This is the basis of the code you'll work on through the remainder of the guide. What does it do? Much of it is the code you worked on last time, so let's focus on the additions.

To communicate with Internet resources, the modem needs to establish a data connection through the cellular network, and then an HTTP connection to the target server. Lastly, it creates and sends an HTTP request to that server, and reads back the response.

The function open_data_conn() handles the first part, by sending the AT command CNACT=0,1. The 0 is the 'Packet Data Protocol (PDP) context', essentially one of a number of IP channels the modem provides. The 1 is the instruction to enable the data connection.

When the data connection is up, the code calls start_session() to open an HTTP connection to a specific server, which is passed in as an argument. The server is set using AT+SHCONF="URL","<SERVER_DOMAIN>" and the connection then opened with AT+SHCONN.
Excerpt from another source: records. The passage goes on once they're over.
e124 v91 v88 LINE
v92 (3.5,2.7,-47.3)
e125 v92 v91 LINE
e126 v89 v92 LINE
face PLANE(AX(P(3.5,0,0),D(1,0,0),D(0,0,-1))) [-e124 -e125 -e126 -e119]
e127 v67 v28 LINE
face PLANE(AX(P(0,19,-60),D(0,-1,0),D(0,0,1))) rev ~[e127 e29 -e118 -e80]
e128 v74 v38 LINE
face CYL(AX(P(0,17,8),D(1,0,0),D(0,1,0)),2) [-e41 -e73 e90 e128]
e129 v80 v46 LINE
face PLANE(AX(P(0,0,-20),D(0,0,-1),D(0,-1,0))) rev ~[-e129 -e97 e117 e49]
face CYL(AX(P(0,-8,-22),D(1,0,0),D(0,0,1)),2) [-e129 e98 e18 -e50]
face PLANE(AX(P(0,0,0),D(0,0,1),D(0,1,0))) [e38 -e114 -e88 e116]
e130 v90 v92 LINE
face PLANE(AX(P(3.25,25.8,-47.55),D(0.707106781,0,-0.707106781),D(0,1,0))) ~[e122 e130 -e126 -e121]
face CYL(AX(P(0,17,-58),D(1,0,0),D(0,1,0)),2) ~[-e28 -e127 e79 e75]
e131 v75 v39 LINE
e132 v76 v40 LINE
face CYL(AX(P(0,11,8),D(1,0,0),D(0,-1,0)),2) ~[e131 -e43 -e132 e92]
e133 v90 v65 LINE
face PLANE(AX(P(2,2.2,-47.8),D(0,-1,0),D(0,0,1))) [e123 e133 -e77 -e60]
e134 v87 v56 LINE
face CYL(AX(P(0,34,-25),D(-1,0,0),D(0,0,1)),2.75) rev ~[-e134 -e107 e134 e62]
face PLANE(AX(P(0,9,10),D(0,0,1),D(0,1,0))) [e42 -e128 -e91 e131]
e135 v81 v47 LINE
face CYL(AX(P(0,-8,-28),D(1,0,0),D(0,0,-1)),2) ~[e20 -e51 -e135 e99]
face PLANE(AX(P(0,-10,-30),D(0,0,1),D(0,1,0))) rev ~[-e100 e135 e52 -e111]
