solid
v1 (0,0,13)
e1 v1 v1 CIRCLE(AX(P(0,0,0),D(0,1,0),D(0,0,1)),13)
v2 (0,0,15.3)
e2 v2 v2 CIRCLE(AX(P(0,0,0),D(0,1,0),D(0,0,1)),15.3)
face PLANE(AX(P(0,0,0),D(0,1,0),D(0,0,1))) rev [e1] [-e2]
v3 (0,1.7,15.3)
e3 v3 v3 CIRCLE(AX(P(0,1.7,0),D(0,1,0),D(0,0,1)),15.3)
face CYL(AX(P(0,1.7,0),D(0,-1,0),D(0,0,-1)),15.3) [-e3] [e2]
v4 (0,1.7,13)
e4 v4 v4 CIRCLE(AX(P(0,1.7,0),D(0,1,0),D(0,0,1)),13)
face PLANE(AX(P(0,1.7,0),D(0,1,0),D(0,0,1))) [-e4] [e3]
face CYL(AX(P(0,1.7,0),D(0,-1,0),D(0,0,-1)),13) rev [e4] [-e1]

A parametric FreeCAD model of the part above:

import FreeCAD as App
import Part
import Sketcher
from FreeCAD import Vector
Q = App.Units.Quantity

doc = App.newDocument("Part")
body = doc.addObject("PartDesign::Body", "Body")

sketch1 = body.newObject("Sketcher::SketchObject", "Sketch")
sketch1.AttachmentSupport = (doc.getObject("XZ_Plane"), [""])
sketch1.MapMode = "FlatFace"
sketch1.addGeometry(Part.Circle(Vector(0, 0, 0), Vector(0, 0, 1), 15), False)
sketch1.addGeometry(Part.Circle(Vector(0, 0, 0), Vector(0, 0, 1), 13), False)
sketch1.addConstraint(Sketcher.Constraint("Coincident", 0, 3, -1, 1))
sketch1.addConstraint(Sketcher.Constraint("Coincident", 1, 3, -1, 1))
sketch1.addConstraint(Sketcher.Constraint("Diameter", 1, Q("26 mm")))
sketch1.addConstraint(Sketcher.Constraint("Diameter", 0, Q("30.6 mm")))
pad1 = body.newObject("PartDesign::Pad", "Pad")
pad1.Profile = sketch1
pad1.Length = 1.7
pad1.Reversed = True

doc.recompute()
Requests are made through the function issue_request(). It calls start_session() and then sets up the request: we build the header on the modem (and keep it for future use) and then send AT+SHREQ= with the path to a resource and the value 1 as parameters — the 1 indicates it is a GET request.
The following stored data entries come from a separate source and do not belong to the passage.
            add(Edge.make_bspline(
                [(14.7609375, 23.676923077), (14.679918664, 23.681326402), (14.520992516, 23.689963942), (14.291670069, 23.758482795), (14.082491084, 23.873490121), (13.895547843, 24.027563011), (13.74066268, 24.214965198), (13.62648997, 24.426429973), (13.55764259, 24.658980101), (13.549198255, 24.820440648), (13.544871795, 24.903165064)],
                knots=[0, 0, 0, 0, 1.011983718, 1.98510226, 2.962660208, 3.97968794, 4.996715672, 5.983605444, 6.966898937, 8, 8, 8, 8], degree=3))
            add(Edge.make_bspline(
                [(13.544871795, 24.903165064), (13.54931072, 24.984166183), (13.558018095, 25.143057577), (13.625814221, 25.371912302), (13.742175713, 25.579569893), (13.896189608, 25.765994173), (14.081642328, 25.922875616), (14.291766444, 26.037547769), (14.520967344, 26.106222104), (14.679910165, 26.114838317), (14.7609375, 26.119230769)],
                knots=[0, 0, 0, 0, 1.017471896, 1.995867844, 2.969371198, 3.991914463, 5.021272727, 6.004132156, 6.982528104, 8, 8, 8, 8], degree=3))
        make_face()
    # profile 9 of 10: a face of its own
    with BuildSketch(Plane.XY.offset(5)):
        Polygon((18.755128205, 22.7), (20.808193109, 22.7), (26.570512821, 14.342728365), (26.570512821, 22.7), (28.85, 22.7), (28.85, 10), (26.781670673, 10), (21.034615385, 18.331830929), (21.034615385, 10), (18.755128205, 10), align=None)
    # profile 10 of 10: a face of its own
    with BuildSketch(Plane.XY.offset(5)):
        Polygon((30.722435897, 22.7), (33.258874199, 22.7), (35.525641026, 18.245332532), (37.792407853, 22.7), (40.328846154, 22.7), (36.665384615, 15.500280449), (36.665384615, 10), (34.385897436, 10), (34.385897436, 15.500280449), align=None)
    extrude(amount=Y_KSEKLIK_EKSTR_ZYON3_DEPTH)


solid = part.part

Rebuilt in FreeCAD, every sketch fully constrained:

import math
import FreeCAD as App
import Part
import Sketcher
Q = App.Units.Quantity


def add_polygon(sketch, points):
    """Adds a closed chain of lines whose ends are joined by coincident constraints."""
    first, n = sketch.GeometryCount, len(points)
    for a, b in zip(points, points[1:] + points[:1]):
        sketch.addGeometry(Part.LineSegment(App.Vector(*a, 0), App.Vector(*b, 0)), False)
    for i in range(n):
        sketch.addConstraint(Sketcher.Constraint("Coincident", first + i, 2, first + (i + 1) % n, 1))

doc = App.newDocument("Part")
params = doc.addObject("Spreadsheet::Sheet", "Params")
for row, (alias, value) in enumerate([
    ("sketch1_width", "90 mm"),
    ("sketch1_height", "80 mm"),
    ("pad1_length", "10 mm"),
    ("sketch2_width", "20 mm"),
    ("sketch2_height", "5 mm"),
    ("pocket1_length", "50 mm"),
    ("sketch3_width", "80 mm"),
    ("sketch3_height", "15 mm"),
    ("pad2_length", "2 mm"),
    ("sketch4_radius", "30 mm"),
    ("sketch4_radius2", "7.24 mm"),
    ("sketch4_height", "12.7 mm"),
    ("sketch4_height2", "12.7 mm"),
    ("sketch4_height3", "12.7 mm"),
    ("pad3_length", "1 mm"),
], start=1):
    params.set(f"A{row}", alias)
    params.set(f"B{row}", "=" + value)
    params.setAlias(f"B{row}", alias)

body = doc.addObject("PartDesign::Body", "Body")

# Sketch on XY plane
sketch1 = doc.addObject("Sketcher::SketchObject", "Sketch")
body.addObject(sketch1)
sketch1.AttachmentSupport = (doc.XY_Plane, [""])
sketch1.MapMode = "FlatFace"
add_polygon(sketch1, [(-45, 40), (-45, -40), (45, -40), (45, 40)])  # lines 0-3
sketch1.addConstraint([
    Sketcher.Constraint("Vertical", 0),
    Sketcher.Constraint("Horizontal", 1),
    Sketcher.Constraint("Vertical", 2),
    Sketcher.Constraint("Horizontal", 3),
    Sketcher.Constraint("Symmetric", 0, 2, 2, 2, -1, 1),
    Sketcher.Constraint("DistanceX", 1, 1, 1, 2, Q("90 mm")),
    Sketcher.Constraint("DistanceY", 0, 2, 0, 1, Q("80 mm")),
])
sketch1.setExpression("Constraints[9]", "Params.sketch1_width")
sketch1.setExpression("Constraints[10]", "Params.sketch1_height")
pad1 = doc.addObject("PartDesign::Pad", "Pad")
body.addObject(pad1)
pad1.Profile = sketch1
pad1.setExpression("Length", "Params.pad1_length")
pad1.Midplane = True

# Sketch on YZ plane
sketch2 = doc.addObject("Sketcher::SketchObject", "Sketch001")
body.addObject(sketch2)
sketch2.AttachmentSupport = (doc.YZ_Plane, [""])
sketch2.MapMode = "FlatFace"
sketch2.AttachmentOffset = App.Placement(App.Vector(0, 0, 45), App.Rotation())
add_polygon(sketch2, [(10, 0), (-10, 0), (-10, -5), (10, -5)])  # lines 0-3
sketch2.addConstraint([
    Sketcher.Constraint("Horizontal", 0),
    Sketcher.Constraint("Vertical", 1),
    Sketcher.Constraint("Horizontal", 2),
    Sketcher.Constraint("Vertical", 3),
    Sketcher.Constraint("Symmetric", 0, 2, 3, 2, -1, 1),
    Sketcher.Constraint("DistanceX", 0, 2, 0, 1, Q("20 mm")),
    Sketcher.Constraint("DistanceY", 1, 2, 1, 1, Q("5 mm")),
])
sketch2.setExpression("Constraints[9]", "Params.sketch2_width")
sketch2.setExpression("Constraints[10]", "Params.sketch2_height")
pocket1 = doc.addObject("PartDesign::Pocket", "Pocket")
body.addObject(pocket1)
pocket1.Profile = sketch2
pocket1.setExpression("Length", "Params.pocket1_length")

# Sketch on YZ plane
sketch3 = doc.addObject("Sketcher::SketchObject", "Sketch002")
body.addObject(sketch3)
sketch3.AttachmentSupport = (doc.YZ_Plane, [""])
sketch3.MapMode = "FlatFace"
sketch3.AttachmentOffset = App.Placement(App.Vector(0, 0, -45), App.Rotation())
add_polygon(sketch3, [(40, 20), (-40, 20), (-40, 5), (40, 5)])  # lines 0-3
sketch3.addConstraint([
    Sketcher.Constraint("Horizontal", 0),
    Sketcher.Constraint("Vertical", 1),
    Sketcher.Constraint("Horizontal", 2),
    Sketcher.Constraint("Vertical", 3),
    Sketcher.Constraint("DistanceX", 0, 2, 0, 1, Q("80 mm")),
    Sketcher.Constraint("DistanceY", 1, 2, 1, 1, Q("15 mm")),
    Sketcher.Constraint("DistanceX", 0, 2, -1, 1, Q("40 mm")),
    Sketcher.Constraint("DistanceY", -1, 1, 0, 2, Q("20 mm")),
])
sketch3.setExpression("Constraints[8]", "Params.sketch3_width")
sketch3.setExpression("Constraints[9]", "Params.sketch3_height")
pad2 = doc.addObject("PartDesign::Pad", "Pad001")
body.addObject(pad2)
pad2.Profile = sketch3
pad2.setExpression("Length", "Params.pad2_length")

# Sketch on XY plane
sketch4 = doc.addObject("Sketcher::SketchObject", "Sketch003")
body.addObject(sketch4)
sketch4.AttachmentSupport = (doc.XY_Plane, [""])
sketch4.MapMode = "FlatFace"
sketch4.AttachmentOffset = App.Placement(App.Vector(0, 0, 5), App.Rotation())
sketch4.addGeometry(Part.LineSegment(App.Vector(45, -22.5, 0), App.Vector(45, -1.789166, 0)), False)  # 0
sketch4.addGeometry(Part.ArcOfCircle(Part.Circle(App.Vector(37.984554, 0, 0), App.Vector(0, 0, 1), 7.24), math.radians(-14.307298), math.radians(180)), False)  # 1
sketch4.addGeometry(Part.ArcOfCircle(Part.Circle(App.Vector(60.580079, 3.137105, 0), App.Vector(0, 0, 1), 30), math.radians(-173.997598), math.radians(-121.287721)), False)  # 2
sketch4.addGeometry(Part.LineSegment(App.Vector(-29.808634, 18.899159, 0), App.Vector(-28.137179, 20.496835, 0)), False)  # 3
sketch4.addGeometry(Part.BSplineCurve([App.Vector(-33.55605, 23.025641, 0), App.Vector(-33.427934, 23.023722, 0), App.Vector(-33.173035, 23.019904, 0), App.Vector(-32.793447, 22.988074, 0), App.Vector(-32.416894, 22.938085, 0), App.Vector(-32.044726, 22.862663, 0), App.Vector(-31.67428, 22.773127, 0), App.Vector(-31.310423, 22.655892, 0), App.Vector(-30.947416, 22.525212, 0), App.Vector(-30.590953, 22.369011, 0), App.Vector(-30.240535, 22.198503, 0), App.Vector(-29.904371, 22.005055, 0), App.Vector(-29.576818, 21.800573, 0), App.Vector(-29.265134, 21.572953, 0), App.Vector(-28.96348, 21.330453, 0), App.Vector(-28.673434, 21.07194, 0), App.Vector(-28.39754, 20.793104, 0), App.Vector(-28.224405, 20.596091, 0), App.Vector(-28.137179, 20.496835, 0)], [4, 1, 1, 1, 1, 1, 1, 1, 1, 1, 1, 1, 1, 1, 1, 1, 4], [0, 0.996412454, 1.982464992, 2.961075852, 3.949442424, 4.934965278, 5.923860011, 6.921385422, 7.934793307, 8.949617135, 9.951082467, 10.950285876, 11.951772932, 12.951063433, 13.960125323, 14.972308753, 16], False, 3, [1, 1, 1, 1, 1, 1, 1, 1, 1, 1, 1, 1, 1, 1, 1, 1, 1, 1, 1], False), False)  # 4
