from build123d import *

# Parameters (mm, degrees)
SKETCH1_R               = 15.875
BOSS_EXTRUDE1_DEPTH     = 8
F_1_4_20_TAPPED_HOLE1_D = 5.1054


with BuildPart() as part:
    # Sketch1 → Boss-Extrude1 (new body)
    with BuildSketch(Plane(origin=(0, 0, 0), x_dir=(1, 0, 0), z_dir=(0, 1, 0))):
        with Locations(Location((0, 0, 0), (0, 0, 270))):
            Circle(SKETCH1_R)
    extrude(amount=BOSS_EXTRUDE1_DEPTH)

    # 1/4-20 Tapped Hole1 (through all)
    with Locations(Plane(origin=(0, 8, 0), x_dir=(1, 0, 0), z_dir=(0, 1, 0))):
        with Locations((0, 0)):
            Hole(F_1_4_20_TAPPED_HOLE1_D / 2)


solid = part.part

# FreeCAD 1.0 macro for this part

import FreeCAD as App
import Part
import Sketcher

V = App.Vector
Q = App.Units.Quantity

doc = App.newDocument("Part")
body = doc.addObject("PartDesign::Body", "Body")

# Sketch on XZ plane
sketch1 = doc.addObject("Sketcher::SketchObject", "Sketch")
body.addObject(sketch1)
sketch1.AttachmentSupport = (doc.XZ_Plane, [""])
sketch1.MapMode = "FlatFace"
sketch1.addGeometry(Part.Circle(V(0, 0, 0), V(0, 0, 1), 16), False)
sketch1.addConstraint([
    Sketcher.Constraint("Coincident", 0, 3, -1, 1),
    Sketcher.Constraint("Diameter", 0, Q("1.25 in")),
])
pad1 = doc.addObject("PartDesign::Pad", "Pad")
body.addObject(pad1)
pad1.Profile = sketch1
pad1.Length = 8
pad1.Reversed = True

# Sketch on XZ plane
sketch2 = doc.addObject("Sketcher::SketchObject", "Sketch001")
body.addObject(sketch2)
sketch2.AttachmentSupport = (doc.XZ_Plane, [""])
sketch2.MapMode = "FlatFace"
sketch2.AttachmentOffset = App.Placement(V(0, 0, -8), App.Rotation())
sketch2.addGeometry(Part.Circle(V(0, 0, 0), V(0, 0, 1), 2.6), False)
sketch2.addConstraint([
    Sketcher.Constraint("Coincident", 0, 3, -1, 1),
    Sketcher.Constraint("Diameter", 0, Q("0.201 in")),
])
doc.recompute()
hole = doc.addObject("PartDesign::Hole", "Hole")
body.addObject(hole)
hole.Profile = sketch2
hole.ThreadType = "None"
hole.Diameter = Q("0.201 in")
hole.DepthType = "ThroughAll"
hole.Reversed = True

doc.recompute()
The response returned by the modem contains information about the data returned by the server, which is stored on the modem. The code uses this information to get the HTTP status code — to check the request was successful — and the response's length. If the latter is non-zero, the code sends AT+SHREAD= to retrieve that many bytes from the modem's cache. issue_request() extracts any JSON in the response and returns it.

All this is triggered by the receipt of an SMS command, GET, which causes the function process_command_get() to be called. This function calls open_data_conn() and then issue_request(). It parses the received data as JSON and displays the value of a certain field on the LED display using code you worked on in the previous tutorial.

(information)

Info

When the code runs, it turns off the Pico's built-in LED. The LED will flash rapidly five times if there was a problem booting the modem.

The LED is turned on when the device is attached to the network. If the LED is flashing slowly, that means it has not yet attached. Please be patient; it will attach shortly.


3. Set up a data source

3-set-up-a-data-source page anchor

Before you can run the code, you need to set up the data that will be retrieved. You're going to use Beeceptor(link takes you to an external page) as a proxy for the Internet resource your IoT device will be communicating with. In a real-world application, you would sign up to use a specific service and access that, but Beeceptor makes a very handy stand-in. Let's set it up to receive HTTP GET requests from the device.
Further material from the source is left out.